Nach der Niederlage gegen Kroatien (1:2) in den Katakomben des Khalifa-International-Stadions soll der Marokkaner Achraf Hakimi Fifa-Chef Gianni Infantino geknöpft und massiv beleidigt haben. Das verrät der aktuelle Reporter von „Magenta TV“ Thomas Wagner, der berichtet: „So etwas habe ich noch nie erlebt.“
Hakimi beschwerte sich offenbar lautstark über den Schiedsrichter, Qatari Abdulrahman Al-Jassim. Bereits im Halbfinale (0:2 gegen Frankreich) waren die Marokkaner mit der Leistung des mexikanischen Schiedsrichters César Arturo Ramos mehr als unzufrieden und legten deshalb Protest ein.

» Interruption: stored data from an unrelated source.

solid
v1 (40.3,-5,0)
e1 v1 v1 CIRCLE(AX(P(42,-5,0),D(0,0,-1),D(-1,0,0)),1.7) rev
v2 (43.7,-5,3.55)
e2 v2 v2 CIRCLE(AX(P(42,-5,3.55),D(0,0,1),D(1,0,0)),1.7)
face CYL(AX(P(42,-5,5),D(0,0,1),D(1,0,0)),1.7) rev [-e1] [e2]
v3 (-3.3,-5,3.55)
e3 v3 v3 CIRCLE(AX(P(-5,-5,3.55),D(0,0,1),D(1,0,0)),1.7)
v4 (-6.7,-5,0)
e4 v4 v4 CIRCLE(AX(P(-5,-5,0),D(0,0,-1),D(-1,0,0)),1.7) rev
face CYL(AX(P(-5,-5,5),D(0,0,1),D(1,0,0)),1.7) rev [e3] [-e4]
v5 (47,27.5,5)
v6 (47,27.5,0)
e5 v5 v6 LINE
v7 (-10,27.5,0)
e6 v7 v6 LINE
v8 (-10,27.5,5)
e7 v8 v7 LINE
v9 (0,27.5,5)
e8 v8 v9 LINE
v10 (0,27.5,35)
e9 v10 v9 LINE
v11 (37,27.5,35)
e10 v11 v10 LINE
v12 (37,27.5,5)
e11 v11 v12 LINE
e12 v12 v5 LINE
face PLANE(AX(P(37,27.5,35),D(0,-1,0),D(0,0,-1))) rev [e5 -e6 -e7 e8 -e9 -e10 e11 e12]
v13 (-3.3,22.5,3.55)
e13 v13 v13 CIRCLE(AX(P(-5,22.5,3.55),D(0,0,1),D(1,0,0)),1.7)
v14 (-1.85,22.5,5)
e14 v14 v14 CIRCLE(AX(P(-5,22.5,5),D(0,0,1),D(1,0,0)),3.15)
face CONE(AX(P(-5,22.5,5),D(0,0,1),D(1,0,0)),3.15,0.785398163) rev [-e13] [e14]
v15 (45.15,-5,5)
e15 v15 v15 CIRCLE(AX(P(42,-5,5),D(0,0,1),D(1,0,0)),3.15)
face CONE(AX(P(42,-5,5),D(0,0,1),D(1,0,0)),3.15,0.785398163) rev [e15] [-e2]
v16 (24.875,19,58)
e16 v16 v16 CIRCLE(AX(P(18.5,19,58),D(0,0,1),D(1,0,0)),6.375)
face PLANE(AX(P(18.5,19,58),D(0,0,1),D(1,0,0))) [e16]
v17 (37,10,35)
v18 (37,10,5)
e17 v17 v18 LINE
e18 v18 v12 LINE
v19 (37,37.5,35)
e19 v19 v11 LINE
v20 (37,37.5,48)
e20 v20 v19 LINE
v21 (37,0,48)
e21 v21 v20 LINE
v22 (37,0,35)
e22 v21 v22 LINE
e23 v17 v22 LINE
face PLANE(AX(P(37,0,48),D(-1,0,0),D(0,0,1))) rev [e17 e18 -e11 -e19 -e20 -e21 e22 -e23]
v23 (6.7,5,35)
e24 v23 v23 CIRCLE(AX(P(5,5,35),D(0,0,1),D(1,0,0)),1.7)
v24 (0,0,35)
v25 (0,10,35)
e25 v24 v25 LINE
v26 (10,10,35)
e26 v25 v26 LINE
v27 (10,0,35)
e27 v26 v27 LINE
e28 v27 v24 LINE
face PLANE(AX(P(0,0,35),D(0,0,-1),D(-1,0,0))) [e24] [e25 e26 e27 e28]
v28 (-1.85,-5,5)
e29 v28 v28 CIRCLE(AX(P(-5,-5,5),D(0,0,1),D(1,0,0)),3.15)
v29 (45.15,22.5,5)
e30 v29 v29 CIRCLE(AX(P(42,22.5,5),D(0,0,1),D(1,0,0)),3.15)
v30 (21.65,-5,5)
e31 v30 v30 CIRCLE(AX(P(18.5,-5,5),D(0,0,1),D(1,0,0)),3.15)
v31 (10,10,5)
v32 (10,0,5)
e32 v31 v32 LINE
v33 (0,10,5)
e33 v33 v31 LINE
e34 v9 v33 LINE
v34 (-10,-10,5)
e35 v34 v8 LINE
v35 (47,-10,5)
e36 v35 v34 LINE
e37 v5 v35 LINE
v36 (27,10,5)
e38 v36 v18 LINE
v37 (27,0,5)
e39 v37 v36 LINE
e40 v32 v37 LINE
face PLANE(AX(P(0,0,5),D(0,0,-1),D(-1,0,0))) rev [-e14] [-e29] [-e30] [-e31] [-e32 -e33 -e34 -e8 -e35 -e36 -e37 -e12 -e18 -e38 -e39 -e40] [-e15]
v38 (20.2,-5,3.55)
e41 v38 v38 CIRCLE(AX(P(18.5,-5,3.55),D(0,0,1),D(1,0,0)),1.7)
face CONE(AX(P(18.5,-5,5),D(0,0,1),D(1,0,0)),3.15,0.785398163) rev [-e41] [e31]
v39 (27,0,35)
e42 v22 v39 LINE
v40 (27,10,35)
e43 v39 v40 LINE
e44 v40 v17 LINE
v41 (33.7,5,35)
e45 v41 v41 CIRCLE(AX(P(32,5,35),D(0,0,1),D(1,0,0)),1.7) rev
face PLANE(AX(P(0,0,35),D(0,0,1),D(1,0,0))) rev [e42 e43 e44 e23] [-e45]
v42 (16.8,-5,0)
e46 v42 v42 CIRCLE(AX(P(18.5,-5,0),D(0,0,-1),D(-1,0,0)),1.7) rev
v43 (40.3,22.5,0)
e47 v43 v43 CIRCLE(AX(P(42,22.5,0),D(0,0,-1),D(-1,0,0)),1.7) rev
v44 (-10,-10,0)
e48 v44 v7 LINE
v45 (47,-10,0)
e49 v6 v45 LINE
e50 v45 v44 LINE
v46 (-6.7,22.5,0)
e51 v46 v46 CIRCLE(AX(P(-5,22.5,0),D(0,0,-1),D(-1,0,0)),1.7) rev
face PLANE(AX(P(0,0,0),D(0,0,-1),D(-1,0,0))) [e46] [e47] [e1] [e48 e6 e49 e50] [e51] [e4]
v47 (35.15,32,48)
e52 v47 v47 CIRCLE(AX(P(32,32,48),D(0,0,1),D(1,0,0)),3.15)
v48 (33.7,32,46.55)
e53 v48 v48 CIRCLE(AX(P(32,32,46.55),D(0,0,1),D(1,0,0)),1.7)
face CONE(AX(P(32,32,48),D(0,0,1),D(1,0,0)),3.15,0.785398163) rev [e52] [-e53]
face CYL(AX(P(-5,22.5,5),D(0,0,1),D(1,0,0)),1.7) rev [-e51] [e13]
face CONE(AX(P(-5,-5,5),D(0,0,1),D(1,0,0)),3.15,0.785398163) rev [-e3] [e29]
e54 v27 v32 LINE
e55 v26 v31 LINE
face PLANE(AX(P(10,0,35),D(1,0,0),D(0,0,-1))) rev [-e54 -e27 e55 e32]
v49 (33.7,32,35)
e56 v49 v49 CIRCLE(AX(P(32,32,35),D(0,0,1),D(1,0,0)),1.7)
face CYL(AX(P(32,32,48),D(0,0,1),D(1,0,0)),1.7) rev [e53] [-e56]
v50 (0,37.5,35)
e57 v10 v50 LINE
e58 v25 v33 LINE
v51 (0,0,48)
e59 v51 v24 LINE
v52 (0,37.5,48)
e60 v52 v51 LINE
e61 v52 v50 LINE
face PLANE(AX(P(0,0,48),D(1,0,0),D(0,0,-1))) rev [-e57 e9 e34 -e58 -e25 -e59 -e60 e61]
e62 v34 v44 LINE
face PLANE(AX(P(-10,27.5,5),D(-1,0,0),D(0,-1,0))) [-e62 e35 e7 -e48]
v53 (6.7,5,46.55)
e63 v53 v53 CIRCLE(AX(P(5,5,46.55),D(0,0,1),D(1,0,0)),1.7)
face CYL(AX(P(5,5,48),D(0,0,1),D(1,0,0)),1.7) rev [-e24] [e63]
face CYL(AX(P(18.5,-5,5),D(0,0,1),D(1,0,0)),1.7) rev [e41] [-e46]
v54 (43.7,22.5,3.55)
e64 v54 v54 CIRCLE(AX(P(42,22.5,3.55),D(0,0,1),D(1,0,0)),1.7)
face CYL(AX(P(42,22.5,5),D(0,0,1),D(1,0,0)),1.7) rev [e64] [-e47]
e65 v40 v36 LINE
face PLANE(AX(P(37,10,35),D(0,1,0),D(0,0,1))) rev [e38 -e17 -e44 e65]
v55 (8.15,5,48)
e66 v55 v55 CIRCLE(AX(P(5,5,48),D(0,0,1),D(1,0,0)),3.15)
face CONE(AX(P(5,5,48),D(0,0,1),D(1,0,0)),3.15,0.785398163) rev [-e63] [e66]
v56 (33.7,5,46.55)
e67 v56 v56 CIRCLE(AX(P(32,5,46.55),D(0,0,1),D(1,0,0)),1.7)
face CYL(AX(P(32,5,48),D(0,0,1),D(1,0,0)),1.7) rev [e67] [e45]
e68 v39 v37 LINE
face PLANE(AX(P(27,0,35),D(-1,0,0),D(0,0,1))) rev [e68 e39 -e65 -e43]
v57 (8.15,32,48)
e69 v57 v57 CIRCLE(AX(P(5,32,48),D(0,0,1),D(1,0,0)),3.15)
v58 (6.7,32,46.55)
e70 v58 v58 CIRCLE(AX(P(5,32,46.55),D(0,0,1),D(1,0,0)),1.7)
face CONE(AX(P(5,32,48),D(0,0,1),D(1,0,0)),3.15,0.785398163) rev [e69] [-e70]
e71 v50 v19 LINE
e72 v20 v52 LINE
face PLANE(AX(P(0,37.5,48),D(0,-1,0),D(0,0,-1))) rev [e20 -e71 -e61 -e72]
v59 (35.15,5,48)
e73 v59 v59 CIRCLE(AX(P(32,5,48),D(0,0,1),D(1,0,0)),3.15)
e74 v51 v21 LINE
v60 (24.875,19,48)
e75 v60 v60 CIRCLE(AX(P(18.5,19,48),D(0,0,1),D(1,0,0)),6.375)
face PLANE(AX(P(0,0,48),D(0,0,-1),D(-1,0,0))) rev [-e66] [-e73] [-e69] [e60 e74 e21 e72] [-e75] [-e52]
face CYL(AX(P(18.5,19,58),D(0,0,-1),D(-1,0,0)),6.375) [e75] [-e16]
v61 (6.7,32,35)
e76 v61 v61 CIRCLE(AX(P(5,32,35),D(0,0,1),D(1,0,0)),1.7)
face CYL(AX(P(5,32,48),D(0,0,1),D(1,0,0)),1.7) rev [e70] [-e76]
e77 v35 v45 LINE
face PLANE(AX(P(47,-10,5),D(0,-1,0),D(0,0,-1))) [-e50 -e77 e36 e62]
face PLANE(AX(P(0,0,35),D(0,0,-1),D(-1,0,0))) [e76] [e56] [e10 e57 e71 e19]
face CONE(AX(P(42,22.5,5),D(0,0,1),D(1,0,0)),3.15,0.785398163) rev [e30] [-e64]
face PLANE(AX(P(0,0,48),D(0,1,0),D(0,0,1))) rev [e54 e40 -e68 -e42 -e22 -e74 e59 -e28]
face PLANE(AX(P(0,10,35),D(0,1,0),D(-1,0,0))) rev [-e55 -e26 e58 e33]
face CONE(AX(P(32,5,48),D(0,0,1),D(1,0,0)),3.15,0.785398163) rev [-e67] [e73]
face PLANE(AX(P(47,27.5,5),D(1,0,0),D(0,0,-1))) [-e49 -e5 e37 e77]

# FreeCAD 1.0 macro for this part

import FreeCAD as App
import Part
import Sketcher
Q = App.Units.Quantity

doc = App.newDocument("Part")
params = doc.addObject("Spreadsheet::Sheet", "Params")
for row, (alias, value) in enumerate([
    ("sketch1_width", "37 mm"),
    ("sketch1_height", "37.5 mm"),
    ("pad1_length", "48 mm"),
    ("sketch2_diameter", "12.75 mm"),
    ("pad2_length", "10 mm"),
    ("sketch3_width", "10 mm"),
    ("sketch3_width2", "37 mm"),
    ("pocket1_length", "30 mm"),
    ("sketch4_diameter", "3.4 mm"),
    ("hole_diameter", "3.4 mm"),
    ("hole_depth", "13 mm"),
    ("hole_csink_diameter", "6.3 mm"),
    ("sketch5_width", "10 mm"),
    ("sketch5_width2", "57 mm"),
    ("sketch5_height", "37.5 mm"),
    ("sketch5_height2", "27.5 mm"),
    ("pad3_length", "5 mm"),
    ("sketch6_width", "37 mm"),
    ("sketch6_height", "10 mm"),
    ("pocket2_length", "5 mm"),
    ("sketch7_diameter", "3.4 mm"),
    ("hole2_diameter", "3.4 mm"),
    ("hole2_depth", "5 mm"),
    ("hole2_csink_diameter", "6.3 mm"),
], start=1):
    params.set(f"A{row}", alias)
    params.set(f"B{row}", "=" + value)
    params.setAlias(f"B{row}", alias)

body = doc.addObject("PartDesign::Body", "Body")

sketch1 = body.newObject("Sketcher::SketchObject", "Sketch")
sketch1.AttachmentSupport = (doc.getObject("XY_Plane"), [""])
sketch1.MapMode = "FlatFace"
sketch1.addGeometry([
    Part.LineSegment(App.Vector(0, 37.5, 0), App.Vector(0, 0, 0)),
    Part.LineSegment(App.Vector(0, 0, 0), App.Vector(37, 0, 0)),
    Part.LineSegment(App.Vector(37, 0, 0), App.Vector(37, 37.5, 0)),
    Part.LineSegment(App.Vector(37, 37.5, 0), App.Vector(0, 37.5, 0)),
], False)
sketch1.addConstraint([
    Sketcher.Constraint("Coincident", 0, 2, 1, 1),
    Sketcher.Constraint("Coincident", 1, 2, 2, 1),
    Sketcher.Constraint("Coincident", 2, 2, 3, 1),
    Sketcher.Constraint("Coincident", 3, 2, 0, 1),
    Sketcher.Constraint("Vertical", 0),
    Sketcher.Constraint("Horizontal", 1),
    Sketcher.Constraint("Vertical", 2),
    Sketcher.Constraint("Horizontal", 3),
    Sketcher.Constraint("Coincident", 0, 2, -1, 1),
    Sketcher.Constraint("DistanceX", 1, 1, 1, 2, Q("37 mm")),
    Sketcher.Constraint("DistanceY", 0, 2, 0, 1, Q("37.5 mm")),
])
sketch1.setExpression("Constraints[9]", "Params.sketch1_width")
sketch1.setExpression("Constraints[10]", "Params.sketch1_height")
pad1 = body.newObject("PartDesign::Pad", "Pad")
pad1.Profile = sketch1
pad1.setExpression("Length", "Params.pad1_length")

sketch2 = body.newObject("Sketcher::SketchObject", "Sketch001")
sketch2.AttachmentSupport = (doc.getObject("XY_Plane"), [""])
sketch2.MapMode = "FlatFace"
sketch2.AttachmentOffset = App.Placement(App.Vector(0, 0, 48), App.Rotation())
sketch2.addGeometry(Part.Circle(App.Vector(18.5, 19, 0), App.Vector(0, 0, 1), 6.375), False)
sketch2.addConstraint([
    Sketcher.Constraint("Diameter", 0, Q("12.75 mm")),
    Sketcher.Constraint("DistanceY", -1, 1, 0, 3, Q("19 mm")),
    Sketcher.Constraint("DistanceX", -1, 1, 0, 3, Q("18.5 mm")),
])
sketch2.setExpression("Constraints[0]", "Params.sketch2_diameter")
pad2 = body.newObject("PartDesign::Pad", "Pad001")
pad2.Profile = sketch2
pad2.setExpression("Length", "Params.pad2_length")

sketch3 = body.newObject("Sketcher::SketchObject", "Sketch002")
sketch3.AttachmentSupport = (doc.getObject("XY_Plane"), [""])
sketch3.MapMode = "FlatFace"
sketch3.AttachmentOffset = App.Placement(App.Vector(0, 0, 5), App.Rotation())
sketch3.addGeometry([
    Part.LineSegment(App.Vector(37, 10, 0), App.Vector(37, 0, 0)),
    Part.LineSegment(App.Vector(37, 0, 0), App.Vector(27, 0, 0)),
    Part.LineSegment(App.Vector(27, 0, 0), App.Vector(27, 10, 0)),
    Part.LineSegment(App.Vector(27, 10, 0), App.Vector(37, 10, 0)),
    Part.LineSegment(App.Vector(37, 37.5, 0), App.Vector(37, 27.5, 0)),
    Part.LineSegment(App.Vector(37, 27.5, 0), App.Vector(0, 27.5, 0)),
    Part.LineSegment(App.Vector(0, 27.5, 0), App.Vector(0, 37.5, 0)),
    Part.LineSegment(App.Vector(0, 37.5, 0), App.Vector(37, 37.5, 0)),
    Part.LineSegment(App.Vector(10, 10, 0), App.Vector(10, 0, 0)),
    Part.LineSegment(App.Vector(10, 0, 0), App.Vector(0, 0, 0)),
    Part.LineSegment(App.Vector(0, 0, 0), App.Vector(0, 10, 0)),
    Part.LineSegment(App.Vector(0, 10, 0), App.Vector(10, 10, 0)),
], False)
sketch3.addConstraint([
    Sketcher.Constraint("Coincident", 0, 2, 1, 1),
    Sketcher.Constraint("Coincident", 1, 2, 2, 1),
    Sketcher.Constraint("Coincident", 2, 2, 3, 1),
    Sketcher.Constraint("Coincident", 3, 2, 0, 1),
    Sketcher.Constraint("Coincident", 4, 2, 5, 1),
    Sketcher.Constraint("Coincident", 5, 2, 6, 1),
    Sketcher.Constraint("Coincident", 6, 2, 7, 1),
    Sketcher.Constraint("Coincident", 7, 2, 4, 1),
    Sketcher.Constraint("Coincident", 8, 2, 9, 1),
    Sketcher.Constraint("Coincident", 9, 2, 10, 1),
    Sketcher.Constraint("Coincident", 10, 2, 11, 1),
    Sketcher.Constraint("Coincident", 11, 2, 8, 1),
    Sketcher.Constraint("Vertical", 0),
    Sketcher.Constraint("Horizontal", 1),
    Sketcher.Constraint("Vertical", 2),
    Sketcher.Constraint("Horizontal", 3),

Klares Foul: im Strafraum von Marokko
In der hitzigen Schlussphase des Spiels gegen Kroatien und auch nach dem Abpfiff drangsalierten die Marokkaner, die viele Experten mit ihrem Aufstieg in die Top 4 überraschten, Al-Jassim mehrfach. Die Nordafrikaner haben in zwei Situationen das Gefühl, einen Elfmeter verschossen zu haben. Bei einem Foul von Amrabat im marokkanischen Strafraum an Gvardiol drückten der Schiedsrichter (und VAR) jedoch ein Auge zu.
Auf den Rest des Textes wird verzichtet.